§ Extracted data
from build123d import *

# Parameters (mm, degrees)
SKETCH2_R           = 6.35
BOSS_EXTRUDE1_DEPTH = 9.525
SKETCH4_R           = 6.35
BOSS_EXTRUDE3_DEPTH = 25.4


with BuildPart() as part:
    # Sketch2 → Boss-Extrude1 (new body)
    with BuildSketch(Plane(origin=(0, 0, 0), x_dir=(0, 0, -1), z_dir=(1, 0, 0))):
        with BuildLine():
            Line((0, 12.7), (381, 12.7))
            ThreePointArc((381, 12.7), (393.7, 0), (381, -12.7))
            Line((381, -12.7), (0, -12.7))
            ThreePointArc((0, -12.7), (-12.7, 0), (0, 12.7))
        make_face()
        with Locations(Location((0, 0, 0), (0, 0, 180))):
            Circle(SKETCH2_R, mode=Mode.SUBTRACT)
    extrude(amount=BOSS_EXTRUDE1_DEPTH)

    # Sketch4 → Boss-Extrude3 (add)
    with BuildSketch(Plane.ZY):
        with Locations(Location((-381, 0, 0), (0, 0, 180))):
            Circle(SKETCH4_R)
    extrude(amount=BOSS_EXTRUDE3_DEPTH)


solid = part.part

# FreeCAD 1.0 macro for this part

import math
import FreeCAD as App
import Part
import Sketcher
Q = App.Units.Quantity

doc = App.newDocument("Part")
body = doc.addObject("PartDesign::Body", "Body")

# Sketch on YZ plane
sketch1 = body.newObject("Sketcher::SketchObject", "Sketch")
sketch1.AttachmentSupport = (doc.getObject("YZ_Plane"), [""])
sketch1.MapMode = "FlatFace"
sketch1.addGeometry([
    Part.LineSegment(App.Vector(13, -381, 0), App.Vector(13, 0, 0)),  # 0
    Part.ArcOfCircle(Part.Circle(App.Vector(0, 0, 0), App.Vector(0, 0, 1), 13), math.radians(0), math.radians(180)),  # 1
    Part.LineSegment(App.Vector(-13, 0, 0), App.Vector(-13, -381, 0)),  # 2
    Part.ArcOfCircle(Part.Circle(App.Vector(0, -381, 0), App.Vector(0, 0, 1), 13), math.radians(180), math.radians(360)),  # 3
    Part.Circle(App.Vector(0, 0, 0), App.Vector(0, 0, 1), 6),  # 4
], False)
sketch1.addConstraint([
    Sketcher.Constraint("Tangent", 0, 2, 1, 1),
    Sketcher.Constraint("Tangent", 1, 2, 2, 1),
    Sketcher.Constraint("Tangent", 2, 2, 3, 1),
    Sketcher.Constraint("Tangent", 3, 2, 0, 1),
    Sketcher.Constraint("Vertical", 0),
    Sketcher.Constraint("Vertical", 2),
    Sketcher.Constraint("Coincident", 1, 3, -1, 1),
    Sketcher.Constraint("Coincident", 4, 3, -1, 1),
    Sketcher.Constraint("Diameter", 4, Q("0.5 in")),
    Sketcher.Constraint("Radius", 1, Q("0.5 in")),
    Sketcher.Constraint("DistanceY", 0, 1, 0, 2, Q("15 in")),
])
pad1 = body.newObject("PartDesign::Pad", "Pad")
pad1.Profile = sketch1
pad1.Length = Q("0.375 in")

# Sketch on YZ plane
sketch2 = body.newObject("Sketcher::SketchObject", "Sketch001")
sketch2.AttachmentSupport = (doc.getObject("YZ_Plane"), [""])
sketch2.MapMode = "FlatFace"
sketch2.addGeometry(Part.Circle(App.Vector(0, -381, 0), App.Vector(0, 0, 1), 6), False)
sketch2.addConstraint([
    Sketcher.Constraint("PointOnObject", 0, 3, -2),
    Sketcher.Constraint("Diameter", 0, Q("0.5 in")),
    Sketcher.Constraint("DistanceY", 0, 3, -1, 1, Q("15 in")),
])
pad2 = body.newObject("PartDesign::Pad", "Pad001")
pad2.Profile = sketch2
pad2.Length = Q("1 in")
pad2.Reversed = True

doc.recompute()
--
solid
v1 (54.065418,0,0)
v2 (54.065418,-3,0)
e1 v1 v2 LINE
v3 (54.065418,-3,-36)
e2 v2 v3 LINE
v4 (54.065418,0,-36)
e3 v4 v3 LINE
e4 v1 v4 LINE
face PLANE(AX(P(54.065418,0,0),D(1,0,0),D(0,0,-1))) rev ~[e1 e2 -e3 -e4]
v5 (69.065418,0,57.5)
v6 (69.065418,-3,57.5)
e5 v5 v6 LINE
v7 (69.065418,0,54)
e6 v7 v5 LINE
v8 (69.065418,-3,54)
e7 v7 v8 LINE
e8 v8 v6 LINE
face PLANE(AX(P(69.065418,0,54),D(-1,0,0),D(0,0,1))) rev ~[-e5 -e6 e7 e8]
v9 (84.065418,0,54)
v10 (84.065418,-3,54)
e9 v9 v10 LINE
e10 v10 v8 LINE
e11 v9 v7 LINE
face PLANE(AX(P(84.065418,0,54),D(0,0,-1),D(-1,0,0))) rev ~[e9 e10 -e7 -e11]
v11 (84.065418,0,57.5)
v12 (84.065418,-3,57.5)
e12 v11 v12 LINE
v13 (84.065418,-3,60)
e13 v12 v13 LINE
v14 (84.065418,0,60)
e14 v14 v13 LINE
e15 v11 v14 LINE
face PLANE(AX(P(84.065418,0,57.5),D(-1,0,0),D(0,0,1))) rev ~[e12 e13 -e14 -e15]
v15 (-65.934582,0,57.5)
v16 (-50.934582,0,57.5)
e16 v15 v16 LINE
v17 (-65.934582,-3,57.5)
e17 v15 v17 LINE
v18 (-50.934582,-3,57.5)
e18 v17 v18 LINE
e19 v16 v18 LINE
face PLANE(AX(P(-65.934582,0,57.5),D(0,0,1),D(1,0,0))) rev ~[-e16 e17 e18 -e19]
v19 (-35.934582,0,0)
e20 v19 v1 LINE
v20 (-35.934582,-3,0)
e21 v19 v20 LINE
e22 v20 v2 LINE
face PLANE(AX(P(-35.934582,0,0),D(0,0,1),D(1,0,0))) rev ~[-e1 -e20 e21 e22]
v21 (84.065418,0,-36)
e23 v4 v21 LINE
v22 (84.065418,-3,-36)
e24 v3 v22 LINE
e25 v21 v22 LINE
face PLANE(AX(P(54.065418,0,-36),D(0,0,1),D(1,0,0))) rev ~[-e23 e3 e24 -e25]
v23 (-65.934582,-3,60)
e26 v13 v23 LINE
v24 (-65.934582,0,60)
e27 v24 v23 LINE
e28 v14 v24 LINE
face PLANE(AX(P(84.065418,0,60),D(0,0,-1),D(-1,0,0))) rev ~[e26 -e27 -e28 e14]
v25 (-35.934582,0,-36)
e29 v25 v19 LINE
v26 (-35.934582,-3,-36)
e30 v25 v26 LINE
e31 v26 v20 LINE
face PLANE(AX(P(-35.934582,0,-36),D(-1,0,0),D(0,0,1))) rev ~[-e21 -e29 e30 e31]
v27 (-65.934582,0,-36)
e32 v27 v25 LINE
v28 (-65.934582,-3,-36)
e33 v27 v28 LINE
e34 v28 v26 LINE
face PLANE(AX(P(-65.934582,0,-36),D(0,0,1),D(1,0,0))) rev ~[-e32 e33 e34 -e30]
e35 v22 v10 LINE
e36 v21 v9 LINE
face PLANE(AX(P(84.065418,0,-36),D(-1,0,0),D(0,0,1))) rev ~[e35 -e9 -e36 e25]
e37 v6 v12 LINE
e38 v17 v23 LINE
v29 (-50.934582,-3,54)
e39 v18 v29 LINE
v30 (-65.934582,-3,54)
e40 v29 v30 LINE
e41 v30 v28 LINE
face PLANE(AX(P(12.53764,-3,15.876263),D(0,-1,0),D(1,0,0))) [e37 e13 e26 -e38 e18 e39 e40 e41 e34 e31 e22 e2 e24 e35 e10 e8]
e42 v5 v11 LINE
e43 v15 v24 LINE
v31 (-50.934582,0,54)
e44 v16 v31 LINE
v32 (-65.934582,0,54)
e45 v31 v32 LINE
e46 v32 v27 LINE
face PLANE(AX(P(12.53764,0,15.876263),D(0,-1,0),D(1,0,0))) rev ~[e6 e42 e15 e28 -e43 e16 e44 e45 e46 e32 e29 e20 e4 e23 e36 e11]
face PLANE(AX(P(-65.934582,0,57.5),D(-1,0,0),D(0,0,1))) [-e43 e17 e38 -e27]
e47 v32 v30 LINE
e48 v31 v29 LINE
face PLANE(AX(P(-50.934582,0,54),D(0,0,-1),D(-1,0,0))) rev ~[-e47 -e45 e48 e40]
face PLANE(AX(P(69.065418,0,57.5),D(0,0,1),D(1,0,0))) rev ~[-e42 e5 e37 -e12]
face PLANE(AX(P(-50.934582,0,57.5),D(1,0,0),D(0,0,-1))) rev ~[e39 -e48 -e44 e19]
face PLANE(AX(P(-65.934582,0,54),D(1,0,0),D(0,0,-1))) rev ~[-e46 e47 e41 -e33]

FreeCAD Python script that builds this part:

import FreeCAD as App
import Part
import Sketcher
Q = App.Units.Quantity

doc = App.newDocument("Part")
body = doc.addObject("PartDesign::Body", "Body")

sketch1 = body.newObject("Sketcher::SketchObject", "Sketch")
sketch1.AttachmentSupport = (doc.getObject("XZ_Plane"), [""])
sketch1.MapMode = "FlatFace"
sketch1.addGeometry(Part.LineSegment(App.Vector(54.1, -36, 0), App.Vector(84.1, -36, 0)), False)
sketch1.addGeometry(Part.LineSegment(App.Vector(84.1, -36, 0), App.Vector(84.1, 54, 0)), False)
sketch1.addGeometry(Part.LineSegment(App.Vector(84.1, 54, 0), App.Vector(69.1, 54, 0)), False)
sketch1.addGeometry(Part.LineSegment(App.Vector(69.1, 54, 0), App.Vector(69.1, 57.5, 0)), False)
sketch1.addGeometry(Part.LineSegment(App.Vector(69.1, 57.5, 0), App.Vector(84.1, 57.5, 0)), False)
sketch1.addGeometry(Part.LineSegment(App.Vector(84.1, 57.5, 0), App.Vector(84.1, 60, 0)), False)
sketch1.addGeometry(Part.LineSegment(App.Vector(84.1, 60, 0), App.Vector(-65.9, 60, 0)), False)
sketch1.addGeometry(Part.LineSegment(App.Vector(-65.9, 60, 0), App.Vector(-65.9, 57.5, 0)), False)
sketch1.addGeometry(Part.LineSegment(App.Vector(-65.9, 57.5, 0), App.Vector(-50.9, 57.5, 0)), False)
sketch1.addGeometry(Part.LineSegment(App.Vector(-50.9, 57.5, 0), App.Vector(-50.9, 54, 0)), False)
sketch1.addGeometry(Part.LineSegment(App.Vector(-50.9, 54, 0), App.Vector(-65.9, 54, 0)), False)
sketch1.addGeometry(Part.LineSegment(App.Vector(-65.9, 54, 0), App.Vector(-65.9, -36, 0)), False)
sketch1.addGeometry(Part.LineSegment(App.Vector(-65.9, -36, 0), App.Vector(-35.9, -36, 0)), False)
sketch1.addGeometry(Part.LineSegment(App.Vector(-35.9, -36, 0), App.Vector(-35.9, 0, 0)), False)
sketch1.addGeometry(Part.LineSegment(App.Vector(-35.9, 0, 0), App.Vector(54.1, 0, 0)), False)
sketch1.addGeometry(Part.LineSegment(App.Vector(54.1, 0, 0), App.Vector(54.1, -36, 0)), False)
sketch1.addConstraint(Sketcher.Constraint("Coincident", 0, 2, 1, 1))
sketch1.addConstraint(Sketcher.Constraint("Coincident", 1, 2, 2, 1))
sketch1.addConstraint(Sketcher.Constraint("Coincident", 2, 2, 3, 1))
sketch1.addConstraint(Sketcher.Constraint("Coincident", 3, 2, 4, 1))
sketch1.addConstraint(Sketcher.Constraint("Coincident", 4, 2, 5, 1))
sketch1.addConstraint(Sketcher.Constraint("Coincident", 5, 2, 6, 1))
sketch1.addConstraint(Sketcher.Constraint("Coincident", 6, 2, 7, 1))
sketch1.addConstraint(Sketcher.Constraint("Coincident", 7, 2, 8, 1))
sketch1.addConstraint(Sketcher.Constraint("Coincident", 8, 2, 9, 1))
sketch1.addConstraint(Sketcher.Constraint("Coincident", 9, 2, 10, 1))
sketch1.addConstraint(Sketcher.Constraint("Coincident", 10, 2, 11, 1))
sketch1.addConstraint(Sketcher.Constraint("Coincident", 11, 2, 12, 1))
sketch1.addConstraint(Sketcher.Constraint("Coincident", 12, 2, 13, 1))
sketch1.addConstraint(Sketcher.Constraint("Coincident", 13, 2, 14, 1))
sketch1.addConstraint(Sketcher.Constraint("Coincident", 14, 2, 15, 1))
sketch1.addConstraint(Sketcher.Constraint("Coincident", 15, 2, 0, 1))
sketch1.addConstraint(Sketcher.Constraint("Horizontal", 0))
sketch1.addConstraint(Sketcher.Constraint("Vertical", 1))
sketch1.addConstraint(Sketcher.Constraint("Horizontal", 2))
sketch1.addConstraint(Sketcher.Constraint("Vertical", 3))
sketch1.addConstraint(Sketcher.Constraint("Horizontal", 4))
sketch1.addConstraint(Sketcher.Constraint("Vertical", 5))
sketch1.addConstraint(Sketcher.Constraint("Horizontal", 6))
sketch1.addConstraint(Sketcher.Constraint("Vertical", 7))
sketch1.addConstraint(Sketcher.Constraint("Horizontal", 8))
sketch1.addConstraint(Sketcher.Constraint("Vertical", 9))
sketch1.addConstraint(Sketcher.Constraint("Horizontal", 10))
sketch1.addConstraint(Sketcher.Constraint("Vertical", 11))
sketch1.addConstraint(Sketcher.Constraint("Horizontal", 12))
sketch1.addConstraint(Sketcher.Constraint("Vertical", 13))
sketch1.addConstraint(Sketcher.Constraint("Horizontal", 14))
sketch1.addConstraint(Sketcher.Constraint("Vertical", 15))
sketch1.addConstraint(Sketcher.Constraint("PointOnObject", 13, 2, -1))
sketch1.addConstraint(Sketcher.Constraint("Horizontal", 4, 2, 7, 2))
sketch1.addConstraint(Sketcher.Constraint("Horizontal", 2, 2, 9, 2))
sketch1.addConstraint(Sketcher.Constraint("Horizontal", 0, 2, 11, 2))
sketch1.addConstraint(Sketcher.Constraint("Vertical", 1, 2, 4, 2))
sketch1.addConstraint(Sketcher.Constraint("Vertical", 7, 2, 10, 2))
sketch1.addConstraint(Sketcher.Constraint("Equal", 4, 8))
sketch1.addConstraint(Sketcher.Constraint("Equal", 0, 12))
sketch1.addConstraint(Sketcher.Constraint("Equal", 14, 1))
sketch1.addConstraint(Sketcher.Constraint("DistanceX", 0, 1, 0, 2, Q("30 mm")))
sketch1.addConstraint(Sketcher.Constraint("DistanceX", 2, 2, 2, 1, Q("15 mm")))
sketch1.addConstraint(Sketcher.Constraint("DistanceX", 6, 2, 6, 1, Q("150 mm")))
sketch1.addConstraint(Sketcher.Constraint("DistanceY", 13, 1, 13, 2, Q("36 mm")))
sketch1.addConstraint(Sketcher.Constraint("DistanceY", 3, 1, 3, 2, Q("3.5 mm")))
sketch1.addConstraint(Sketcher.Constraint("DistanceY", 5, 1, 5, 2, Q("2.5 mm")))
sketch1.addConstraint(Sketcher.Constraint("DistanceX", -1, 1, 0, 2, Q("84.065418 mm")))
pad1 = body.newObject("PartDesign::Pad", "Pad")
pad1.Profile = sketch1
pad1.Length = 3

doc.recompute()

§ Prompt
Of the entries listed above, reproduce only the lines starting at the line containing "e24 v3 v22 LINE" and ending at the line containing "e32 v27 v25 LINE". Include both, exactly as they stand.

§ Written response
e24 v3 v22 LINE
e25 v21 v22 LINE
face PLANE(AX(P(54.065418,0,-36),D(0,0,1),D(1,0,0))) rev ~[-e23 e3 e24 -e25]
v23 (-65.934582,-3,60)
e26 v13 v23 LINE
v24 (-65.934582,0,60)
e27 v24 v23 LINE
e28 v14 v24 LINE
face PLANE(AX(P(84.065418,0,60),D(0,0,-1),D(-1,0,0))) rev ~[e26 -e27 -e28 e14]
v25 (-35.934582,0,-36)
e29 v25 v19 LINE
v26 (-35.934582,-3,-36)
e30 v25 v26 LINE
e31 v26 v20 LINE
face PLANE(AX(P(-35.934582,0,-36),D(-1,0,0),D(0,0,1))) rev ~[-e21 -e29 e30 e31]
v27 (-65.934582,0,-36)
e32 v27 v25 LINE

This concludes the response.